The Albanese government has proposed reforms to the capital gains tax discount and negative-gearing rules in the 2026 federal budget [1].

These changes target the primary mechanisms used by Australian investors to build wealth through property and shares. By altering these tax advantages, the government aims to increase federal revenue and address systemic inequities in the tax system [2].

Central to the proposal is a shift in the capital gains tax (CGT) discount. Currently, investors receive a 50% discount [3]. The government intends to replace this with either a smaller discount or a model indexed to inflation [3].

These reforms impact a broad range of stakeholders, including property owners, share investors, and small-business owners [4]. Tech entrepreneurs have also expressed concern that a lower CGT discount could discourage investment in startups [5].

Alongside the CGT changes, the budget includes plans to tighten negative-gearing rules [6]. Negative gearing allows investors to offset losses from investment properties against their taxable income.
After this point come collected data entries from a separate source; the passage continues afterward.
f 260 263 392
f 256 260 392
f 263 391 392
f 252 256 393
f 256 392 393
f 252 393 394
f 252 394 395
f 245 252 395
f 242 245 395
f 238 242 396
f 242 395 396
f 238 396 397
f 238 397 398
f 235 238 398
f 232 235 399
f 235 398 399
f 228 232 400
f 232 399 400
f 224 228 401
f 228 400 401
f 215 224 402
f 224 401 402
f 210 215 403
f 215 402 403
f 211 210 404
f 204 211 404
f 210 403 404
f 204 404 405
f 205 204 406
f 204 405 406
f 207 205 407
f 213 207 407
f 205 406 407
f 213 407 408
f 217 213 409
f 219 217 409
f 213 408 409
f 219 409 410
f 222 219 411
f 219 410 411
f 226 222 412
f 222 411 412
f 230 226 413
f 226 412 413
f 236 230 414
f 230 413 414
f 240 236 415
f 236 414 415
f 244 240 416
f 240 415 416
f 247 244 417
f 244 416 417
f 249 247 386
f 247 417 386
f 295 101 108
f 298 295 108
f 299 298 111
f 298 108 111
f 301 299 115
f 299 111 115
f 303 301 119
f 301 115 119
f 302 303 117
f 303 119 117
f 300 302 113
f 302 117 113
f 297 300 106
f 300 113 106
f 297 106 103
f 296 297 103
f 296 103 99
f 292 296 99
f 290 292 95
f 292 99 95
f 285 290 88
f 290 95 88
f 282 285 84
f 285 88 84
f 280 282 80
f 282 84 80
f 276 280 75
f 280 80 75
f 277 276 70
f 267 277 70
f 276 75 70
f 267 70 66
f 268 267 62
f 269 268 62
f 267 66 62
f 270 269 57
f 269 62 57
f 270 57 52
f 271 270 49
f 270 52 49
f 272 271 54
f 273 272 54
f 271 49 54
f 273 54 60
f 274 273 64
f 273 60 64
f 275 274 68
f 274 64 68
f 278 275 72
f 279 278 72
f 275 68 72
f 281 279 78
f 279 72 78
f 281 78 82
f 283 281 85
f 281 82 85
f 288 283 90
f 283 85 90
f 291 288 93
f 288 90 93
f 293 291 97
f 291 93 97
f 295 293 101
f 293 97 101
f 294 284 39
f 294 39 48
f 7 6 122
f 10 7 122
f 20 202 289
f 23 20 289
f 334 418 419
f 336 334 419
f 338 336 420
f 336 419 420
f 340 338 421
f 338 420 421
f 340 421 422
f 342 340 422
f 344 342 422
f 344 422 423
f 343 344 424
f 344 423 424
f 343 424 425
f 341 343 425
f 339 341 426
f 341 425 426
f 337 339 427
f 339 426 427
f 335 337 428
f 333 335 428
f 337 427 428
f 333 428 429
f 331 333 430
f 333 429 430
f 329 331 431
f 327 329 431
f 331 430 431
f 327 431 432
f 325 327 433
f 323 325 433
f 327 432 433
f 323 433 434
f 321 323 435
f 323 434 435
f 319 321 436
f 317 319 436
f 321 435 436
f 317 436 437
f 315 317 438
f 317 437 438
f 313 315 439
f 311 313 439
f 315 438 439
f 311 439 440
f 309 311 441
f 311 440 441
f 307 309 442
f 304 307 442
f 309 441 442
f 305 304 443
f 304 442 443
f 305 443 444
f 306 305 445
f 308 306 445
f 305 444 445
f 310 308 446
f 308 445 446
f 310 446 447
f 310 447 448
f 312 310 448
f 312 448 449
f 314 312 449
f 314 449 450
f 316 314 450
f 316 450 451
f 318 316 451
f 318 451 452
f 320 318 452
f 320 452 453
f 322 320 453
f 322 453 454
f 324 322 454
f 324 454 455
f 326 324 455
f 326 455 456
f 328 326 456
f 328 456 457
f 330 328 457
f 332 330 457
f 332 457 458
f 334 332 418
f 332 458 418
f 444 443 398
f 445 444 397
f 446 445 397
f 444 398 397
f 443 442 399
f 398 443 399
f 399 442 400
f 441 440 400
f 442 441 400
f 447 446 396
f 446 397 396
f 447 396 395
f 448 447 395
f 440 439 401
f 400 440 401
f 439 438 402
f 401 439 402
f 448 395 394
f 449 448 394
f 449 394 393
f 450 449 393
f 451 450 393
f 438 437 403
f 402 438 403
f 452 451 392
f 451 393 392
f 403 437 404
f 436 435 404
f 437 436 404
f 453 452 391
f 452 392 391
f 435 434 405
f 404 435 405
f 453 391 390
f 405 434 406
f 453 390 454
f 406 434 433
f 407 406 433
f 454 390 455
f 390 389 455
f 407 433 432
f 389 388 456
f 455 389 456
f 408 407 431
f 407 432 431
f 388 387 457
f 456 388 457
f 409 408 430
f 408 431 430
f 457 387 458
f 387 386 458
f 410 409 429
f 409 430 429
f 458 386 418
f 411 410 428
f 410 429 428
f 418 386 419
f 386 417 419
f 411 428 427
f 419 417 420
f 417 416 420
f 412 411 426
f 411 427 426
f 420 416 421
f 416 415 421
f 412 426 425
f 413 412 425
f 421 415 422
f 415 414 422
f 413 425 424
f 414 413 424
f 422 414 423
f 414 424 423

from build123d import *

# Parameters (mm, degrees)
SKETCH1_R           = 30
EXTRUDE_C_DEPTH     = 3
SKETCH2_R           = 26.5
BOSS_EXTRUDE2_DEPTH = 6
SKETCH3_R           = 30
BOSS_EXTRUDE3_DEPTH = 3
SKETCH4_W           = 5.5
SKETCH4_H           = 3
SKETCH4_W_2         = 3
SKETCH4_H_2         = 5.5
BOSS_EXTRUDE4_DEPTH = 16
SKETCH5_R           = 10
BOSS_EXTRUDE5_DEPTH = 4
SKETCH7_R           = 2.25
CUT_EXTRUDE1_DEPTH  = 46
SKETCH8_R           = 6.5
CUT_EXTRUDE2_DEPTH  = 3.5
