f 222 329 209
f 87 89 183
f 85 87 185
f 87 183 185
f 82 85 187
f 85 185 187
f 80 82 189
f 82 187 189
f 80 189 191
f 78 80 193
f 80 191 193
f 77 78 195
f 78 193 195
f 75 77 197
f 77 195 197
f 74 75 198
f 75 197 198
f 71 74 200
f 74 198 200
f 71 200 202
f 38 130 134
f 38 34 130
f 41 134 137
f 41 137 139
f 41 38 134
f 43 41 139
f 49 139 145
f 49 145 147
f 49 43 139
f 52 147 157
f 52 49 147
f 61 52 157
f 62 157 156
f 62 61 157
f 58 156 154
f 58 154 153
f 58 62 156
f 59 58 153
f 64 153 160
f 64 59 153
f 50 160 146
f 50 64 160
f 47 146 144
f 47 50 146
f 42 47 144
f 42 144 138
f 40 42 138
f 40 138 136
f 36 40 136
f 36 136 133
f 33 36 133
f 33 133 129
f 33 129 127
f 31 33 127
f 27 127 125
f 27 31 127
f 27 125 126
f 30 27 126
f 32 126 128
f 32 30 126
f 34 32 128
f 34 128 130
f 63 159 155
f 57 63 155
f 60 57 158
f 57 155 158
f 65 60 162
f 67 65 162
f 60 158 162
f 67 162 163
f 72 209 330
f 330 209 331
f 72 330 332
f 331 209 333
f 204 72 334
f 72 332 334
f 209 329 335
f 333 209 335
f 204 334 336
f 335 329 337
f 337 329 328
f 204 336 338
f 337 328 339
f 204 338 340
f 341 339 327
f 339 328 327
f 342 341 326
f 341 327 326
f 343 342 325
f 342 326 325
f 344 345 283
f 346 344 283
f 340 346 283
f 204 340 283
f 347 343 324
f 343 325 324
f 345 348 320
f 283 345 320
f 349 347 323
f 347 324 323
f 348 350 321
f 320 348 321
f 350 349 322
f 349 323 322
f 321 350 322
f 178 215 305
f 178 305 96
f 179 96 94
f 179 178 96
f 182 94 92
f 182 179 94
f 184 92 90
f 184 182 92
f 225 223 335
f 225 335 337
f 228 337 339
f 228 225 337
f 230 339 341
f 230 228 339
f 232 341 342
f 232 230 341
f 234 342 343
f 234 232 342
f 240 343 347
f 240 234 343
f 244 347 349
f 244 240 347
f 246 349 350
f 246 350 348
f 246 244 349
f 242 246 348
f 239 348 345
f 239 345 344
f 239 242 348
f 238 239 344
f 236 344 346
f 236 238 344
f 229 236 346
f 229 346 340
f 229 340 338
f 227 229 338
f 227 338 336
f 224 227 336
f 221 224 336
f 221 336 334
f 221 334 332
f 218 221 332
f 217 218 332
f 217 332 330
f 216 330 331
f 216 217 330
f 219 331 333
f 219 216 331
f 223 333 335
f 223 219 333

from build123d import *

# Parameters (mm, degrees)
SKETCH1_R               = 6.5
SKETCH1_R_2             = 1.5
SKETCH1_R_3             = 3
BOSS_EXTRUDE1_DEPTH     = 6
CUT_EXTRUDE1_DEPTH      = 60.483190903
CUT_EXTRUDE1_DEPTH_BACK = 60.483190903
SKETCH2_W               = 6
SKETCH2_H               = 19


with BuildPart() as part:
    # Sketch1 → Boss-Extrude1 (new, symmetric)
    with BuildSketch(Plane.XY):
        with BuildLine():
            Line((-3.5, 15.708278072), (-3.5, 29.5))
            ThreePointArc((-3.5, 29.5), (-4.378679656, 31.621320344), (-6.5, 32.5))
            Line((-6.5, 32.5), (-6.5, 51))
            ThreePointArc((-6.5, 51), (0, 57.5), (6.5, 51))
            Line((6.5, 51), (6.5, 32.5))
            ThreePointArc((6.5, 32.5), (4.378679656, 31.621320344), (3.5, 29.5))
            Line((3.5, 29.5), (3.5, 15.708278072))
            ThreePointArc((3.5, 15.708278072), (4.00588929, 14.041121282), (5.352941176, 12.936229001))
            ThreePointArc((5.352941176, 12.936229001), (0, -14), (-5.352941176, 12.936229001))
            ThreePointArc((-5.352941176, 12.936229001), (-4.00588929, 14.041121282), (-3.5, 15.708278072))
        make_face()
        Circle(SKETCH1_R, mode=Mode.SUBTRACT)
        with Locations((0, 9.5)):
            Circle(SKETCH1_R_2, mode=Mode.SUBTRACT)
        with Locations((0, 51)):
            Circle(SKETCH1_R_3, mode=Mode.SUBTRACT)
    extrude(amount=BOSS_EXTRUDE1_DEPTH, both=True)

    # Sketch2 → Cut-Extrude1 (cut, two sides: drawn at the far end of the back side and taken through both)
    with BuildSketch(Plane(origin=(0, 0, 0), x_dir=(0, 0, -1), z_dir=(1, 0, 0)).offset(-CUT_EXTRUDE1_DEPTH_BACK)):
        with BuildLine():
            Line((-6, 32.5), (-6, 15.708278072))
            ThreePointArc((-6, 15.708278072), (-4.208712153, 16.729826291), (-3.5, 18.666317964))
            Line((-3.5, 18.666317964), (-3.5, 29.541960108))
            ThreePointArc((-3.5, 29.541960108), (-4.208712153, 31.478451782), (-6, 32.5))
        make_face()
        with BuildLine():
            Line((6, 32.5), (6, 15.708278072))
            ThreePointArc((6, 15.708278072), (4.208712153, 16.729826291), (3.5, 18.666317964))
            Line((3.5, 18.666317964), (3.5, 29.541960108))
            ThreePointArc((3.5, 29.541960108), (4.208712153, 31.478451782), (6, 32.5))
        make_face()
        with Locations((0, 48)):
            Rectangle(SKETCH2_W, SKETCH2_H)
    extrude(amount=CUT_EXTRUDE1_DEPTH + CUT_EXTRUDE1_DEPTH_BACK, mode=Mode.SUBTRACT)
The government said these measures are intended to improve housing affordability by reducing the incentive for investors to outbid first-home buyers [2].

Investors are already pivoting their strategies to mitigate the impact of the proposed "tax grab" [7]. Some are reconsidering how they allocate capital across corporate structures, superannuation funds, and different asset classes to maintain returns under the new rules [7].

The proposal to move from a 50% discount to an inflation-indexed model represents a significant shift in how the state treats long-term asset growth [6].

The government aims to raise revenue, improve housing affordability, and address perceived inequities.

These reforms signal a shift toward taxing capital gains more like ordinary income, which may reduce the attractiveness of speculative property investment. By curbing the tax advantages of negative gearing and CGT discounts, the government is attempting to decouple housing as a primary investment vehicle to lower entry barriers for residents, though this may lead to short-term volatility in the rental and property markets.